Home equity loans can be a wonderful resource for homeowners who need to get their hands on cash for an emergency or for a big purchase. These loans open the door for borrowers with equity to be able to take out a loan either in the form of a lump sum or as a revolving line of credit that can be used at the homeowner's discretion.
Because equity loans are secured against what the lending industry considers to be the best and most stable type of asset a person can have, their home, the interest rates are lower. In general, the only borrowings that will carry a lower interest rate are original mortgages. Depending on the market, and the terms of the original mortgage, people can still walk away with a home equity loan that is at a lower interest than their first mortgage home loan.
Home equity loans are generally widely available to all homeowners, even to those who have had some negative marks on their credit reports and need to seek out bad credit loans. When evaluating a borrower for a home equity loan, the most important thing to the lender is how much equity there is in the home.
Secondly, a lender that offers equity borrowings will also look at the condition of the house to be sure that it has not undergone some type of damage that would lessen the value, and therefore reduce the amount of growth in the home. They will also require the property to have a current appraisal to determine how much the house has appreciated since the original home financing was done and to understand the market trends.

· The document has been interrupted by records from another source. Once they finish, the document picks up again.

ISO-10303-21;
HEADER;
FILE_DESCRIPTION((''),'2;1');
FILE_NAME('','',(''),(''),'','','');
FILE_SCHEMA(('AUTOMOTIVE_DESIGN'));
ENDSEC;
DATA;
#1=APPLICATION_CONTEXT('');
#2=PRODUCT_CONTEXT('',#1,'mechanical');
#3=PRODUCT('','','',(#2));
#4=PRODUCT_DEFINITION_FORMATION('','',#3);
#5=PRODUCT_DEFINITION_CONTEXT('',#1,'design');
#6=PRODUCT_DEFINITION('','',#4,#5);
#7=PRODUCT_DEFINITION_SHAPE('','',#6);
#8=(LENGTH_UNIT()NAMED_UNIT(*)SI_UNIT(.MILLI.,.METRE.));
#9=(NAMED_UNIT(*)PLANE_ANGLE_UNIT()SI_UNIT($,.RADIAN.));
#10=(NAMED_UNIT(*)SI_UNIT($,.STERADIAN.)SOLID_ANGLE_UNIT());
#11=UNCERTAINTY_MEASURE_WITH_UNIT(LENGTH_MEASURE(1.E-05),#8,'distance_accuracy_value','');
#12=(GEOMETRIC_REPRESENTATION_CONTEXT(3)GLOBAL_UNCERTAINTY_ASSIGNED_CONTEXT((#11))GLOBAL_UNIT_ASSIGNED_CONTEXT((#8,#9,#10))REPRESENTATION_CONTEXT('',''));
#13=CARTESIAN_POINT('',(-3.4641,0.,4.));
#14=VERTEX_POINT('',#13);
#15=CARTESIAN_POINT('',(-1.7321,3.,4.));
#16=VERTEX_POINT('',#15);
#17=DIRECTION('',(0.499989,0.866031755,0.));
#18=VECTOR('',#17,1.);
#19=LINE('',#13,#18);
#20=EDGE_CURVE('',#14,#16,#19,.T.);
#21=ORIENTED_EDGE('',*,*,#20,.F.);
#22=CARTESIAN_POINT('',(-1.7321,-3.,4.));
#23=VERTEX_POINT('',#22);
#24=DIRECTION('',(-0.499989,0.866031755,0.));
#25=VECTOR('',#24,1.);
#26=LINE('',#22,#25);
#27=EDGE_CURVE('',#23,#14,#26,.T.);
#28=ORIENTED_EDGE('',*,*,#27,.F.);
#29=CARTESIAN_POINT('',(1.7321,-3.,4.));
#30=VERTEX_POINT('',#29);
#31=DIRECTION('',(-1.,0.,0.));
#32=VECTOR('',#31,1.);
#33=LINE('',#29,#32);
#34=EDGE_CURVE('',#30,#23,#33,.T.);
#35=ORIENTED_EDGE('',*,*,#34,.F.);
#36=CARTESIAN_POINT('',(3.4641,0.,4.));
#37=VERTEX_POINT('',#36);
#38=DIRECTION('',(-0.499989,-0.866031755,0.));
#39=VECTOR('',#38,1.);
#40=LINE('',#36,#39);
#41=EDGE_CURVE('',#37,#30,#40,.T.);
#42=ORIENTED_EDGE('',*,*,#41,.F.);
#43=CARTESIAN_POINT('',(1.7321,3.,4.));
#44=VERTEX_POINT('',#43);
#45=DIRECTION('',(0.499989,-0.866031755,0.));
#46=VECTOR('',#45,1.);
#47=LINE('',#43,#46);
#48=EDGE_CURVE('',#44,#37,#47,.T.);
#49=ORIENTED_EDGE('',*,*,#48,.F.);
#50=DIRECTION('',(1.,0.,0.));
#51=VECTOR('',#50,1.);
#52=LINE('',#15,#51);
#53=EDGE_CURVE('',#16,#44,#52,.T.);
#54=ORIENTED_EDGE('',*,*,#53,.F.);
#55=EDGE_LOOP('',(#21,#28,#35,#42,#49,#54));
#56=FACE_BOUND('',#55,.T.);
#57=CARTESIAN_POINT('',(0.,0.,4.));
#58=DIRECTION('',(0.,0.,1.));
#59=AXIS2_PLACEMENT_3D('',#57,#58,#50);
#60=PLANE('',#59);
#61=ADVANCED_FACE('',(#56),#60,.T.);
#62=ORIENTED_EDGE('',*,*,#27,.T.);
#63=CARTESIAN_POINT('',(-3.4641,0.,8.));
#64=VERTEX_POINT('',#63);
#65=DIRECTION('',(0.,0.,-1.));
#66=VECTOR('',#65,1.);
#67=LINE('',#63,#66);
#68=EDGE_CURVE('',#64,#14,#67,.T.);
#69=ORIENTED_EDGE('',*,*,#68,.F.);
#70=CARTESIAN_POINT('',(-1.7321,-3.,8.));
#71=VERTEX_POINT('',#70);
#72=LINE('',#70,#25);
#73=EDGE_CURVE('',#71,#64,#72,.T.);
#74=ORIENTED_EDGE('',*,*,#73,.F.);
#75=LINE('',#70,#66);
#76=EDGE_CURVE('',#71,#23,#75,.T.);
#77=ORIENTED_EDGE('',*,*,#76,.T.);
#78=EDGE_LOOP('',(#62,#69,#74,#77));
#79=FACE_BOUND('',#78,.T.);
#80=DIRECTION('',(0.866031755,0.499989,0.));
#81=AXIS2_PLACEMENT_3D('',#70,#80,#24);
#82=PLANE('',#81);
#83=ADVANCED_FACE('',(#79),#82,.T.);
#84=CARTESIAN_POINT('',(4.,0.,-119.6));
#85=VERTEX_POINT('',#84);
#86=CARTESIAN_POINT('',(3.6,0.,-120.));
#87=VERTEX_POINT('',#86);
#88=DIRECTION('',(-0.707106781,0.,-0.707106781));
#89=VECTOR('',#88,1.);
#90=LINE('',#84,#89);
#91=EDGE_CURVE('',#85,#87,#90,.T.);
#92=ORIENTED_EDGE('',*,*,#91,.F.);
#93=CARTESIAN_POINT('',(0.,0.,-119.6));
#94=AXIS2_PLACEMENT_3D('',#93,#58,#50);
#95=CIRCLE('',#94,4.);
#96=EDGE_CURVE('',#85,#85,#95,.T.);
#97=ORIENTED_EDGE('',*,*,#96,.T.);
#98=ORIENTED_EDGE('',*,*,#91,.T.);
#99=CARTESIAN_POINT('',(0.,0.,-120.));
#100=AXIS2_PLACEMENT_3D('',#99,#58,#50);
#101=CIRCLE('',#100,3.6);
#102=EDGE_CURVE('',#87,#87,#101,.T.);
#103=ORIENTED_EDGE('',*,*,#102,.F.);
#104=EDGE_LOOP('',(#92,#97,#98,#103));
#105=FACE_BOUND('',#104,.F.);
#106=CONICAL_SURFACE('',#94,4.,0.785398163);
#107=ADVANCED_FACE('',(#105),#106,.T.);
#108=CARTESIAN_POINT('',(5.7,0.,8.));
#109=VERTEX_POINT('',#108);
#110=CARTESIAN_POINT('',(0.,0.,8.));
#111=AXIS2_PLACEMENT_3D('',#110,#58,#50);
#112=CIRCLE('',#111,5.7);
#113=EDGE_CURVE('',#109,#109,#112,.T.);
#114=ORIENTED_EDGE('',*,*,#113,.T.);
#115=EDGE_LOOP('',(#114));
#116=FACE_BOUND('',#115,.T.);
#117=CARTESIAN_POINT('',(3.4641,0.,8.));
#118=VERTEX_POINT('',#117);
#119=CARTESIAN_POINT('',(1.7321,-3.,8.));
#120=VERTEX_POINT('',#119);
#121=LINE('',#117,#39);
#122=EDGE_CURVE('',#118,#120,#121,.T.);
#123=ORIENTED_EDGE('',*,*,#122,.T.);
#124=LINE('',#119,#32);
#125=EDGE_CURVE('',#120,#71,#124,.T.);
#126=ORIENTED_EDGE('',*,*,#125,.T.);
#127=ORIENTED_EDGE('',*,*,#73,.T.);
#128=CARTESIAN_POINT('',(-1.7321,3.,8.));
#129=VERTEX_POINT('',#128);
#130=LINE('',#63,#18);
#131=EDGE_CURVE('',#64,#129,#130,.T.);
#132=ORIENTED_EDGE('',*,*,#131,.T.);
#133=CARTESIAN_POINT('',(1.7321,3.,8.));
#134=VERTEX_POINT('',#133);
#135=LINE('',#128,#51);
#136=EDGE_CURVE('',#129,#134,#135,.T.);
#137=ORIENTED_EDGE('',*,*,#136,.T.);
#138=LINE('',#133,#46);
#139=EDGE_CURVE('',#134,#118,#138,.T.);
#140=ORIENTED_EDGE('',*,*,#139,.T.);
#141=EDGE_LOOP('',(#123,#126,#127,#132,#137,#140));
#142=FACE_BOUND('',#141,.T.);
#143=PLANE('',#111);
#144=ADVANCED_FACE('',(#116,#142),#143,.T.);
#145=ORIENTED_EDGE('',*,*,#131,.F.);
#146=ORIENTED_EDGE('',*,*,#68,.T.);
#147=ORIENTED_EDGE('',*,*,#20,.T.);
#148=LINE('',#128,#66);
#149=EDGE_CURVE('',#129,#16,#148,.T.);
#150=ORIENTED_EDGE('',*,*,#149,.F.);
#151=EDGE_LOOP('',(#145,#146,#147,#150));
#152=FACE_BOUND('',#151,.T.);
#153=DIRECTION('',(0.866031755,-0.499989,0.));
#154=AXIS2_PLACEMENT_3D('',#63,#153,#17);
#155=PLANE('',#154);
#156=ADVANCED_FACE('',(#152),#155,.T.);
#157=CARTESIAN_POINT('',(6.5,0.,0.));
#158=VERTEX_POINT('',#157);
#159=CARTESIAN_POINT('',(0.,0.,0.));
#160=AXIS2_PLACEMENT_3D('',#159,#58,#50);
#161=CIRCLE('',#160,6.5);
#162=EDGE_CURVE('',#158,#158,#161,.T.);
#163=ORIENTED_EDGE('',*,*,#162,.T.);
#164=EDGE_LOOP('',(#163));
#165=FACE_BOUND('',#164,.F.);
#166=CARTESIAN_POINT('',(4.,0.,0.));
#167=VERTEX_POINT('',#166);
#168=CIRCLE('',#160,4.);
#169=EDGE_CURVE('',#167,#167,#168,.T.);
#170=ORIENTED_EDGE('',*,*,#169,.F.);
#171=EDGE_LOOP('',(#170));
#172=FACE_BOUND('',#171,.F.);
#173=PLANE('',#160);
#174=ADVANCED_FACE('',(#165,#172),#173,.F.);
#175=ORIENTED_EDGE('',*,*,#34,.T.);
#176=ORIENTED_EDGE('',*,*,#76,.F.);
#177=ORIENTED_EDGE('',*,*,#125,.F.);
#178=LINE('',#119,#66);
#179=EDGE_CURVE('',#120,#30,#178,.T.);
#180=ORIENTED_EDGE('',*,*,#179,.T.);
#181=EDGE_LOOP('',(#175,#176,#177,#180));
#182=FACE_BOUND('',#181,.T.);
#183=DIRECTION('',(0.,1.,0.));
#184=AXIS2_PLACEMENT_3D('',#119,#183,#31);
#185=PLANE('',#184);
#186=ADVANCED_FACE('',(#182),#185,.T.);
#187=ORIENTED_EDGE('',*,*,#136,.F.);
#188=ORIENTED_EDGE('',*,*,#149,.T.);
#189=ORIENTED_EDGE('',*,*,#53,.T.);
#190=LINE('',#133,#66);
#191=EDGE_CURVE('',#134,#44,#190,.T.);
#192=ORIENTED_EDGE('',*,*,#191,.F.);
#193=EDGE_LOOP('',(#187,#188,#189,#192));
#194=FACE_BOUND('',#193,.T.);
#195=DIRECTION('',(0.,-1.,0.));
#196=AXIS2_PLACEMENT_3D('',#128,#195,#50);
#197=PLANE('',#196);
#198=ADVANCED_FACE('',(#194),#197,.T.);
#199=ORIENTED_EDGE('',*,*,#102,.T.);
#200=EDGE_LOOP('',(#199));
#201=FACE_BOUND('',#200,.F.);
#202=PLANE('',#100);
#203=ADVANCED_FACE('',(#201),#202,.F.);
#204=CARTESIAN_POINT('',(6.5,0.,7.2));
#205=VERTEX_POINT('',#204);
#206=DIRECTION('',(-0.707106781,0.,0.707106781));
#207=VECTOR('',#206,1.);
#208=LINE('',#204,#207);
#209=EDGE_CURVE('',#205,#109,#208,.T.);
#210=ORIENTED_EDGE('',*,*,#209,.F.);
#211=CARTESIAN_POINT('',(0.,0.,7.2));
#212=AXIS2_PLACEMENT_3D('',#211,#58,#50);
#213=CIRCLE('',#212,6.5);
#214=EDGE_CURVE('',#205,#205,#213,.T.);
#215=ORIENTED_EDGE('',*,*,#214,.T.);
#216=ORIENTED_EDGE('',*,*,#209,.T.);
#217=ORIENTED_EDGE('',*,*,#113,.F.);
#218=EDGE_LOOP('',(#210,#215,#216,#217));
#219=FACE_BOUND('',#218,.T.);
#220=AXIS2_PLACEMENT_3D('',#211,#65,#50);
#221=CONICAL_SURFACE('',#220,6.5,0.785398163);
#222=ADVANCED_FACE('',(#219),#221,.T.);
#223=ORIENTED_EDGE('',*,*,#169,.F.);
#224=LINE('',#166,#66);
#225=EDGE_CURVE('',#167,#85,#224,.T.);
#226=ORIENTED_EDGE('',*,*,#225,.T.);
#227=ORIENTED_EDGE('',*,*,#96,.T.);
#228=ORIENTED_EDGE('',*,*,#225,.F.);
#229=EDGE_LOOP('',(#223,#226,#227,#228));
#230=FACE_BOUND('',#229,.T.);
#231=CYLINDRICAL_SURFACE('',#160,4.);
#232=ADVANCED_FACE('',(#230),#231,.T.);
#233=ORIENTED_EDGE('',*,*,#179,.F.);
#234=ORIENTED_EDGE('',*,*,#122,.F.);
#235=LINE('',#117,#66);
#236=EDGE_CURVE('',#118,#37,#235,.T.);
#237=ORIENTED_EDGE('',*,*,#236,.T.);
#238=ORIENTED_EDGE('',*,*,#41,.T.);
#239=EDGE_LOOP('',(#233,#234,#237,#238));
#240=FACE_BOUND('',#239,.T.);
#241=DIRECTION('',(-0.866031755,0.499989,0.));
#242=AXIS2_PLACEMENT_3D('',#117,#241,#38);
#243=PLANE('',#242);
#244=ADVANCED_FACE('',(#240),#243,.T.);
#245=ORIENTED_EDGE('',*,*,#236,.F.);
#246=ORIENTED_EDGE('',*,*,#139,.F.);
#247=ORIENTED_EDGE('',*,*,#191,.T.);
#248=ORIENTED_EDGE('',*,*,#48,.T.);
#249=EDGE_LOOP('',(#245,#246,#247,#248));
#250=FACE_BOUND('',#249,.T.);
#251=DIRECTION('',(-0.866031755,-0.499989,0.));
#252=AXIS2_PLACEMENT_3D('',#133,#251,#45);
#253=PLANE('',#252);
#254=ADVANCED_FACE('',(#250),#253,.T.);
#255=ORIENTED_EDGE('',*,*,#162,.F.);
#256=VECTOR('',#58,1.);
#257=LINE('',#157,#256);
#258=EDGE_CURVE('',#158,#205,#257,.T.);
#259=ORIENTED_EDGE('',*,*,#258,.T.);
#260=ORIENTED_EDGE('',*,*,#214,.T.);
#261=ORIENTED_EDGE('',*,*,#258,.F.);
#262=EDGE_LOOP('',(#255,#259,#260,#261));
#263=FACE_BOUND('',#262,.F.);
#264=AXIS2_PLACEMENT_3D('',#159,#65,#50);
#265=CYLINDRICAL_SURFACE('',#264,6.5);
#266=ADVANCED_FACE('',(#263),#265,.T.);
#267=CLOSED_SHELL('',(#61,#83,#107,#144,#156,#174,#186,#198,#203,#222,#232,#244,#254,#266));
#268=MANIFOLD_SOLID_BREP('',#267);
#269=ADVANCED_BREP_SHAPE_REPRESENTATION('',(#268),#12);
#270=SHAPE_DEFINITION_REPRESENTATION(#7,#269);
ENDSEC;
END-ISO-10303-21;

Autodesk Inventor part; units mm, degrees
ref_plane "YZ Plane" through (0, 0, 0) normal (1, 0, 0) x (0, 1, 0)
ref_plane "XZ Plane" through (0, 0, 0) normal (0, 1, 0) x (-1, 0, 0)
ref_plane "XY Plane" through (0, 0, 0) normal (0, 0, 1) x (1, 0, 0)
sketch "Sketch3" plane through (0, 0, 0) normal (0, 0, 1) x (1, 0, 0)
  circle A0 centre (0, 0) radius 4
  dimension "Diameter" = 8
extrude "Extrusion1" add sketch "Sketch3" against normal blind 120
sketch "Sketch4" plane through (0, 0, 0) normal (0, 0, 1) x (1, 0, 0)
  circle A0 centre (0, 0) radius 4 projected
  circle A1 centre (0, 0) radius 6.5
  dimension "Head_Diameter" = 13
extrude "Extrusion2" add sketch "Sketch4" along normal blind 8 contours A0 | A1
sketch "Sketch5" plane through (0, 0, 8) normal (0, 0, 1) x (1, 0, 0)
  circle A0 centre (0, 0) radius 6.5 projected
  line L0 (3.4641, 0) -> (1.7321, -3)
  line L1 (1.7321, -3) -> (-1.7321, -3)
  line L2 (-1.7321, -3) -> (-3.4641, 0)
  line L3 (-3.4641, 0) -> (-1.7321, 3)
  line L4 (-1.7321, 3) -> (1.7321, 3)
  line L5 (1.7321, 3) -> (3.4641, 0)
  line L6 (0, 0) -> (3.4641, 0) construction
  dimension "Hex_Width" = 6
extrude "Extrusion3" cut sketch "Sketch5" against normal blind 4 contours L0 L1 L2 L3 L4 L5
thread "Thread1" size "M8x1.25" class "4g6g" standard "ANSI Metric M Profile" length 28
chamfer "Chamfer1" distance 0.8 angle 45 1 edges at (-6.5, 0, 8)
chamfer "Chamfer2" distance 0.4 angle 45 1 edges at (-4, 0, -120)
equation "\"d14\" = 0.5 * Chamfer"
equation "\"Chamfer\" = 0.8"
properties part number "SCREW,SOCKET HD,P,12.9,M8X1.25X120MM" material "Steel, MS"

But, equity loans are not only approved on the basis of the growth in the property, the condition of the home, and the real estate market situation. The borrower must also be able to prove that they have the ability to make the payments on the loan as well.
In the case of a homeowner who has a good deal of growth in their home, but is unemployed or unable to work because of illness, it might be difficult to secure any equity loans. If they do, the interest rate will probably be very high because part of the calculation on loan rates includes the risk of the borrower defaulting on the borrowing.
This brings up an aspect of equity loans that some people will overlook, especially if they have difficult financial circumstances to deal with and are almost desperate to find a way to borrow money. The problem is that borrowing against the growth in the home puts the house in jeopardy of being lost to foreclosure.
Many people think that as long as they are making the payments on their original mortgage home loan that their house would not be in peril from equity loans which are "second mortgages" or in "second position." But if the borrower is not able to make the payments on the equity borrowing, then the lender can start foreclosure proceedings. There have been instances where people who were struggling to meet their monthly obligations failed to make the payments and ended up losing their house because they were unaware of this danger.
With that word of warning in mind, home equity loans can still be the best option for people who have damaged credit and who also have the ability to repay the borrowing. The lenders not only have their loan secured against an asset that is growing in value, they also know that most people will do everything in their power to avoid losing their house, so the risk is lower and therefore, so are the interest rates.
When people clearly understand the full ramifications and risks associated with home equity loans, they can be one of the most useful financial options that homeowners have. Not only can they save money with these loans because the interest offered is as low as you can get aside from a new mortgage, but in most instances the interest is even tax deductible.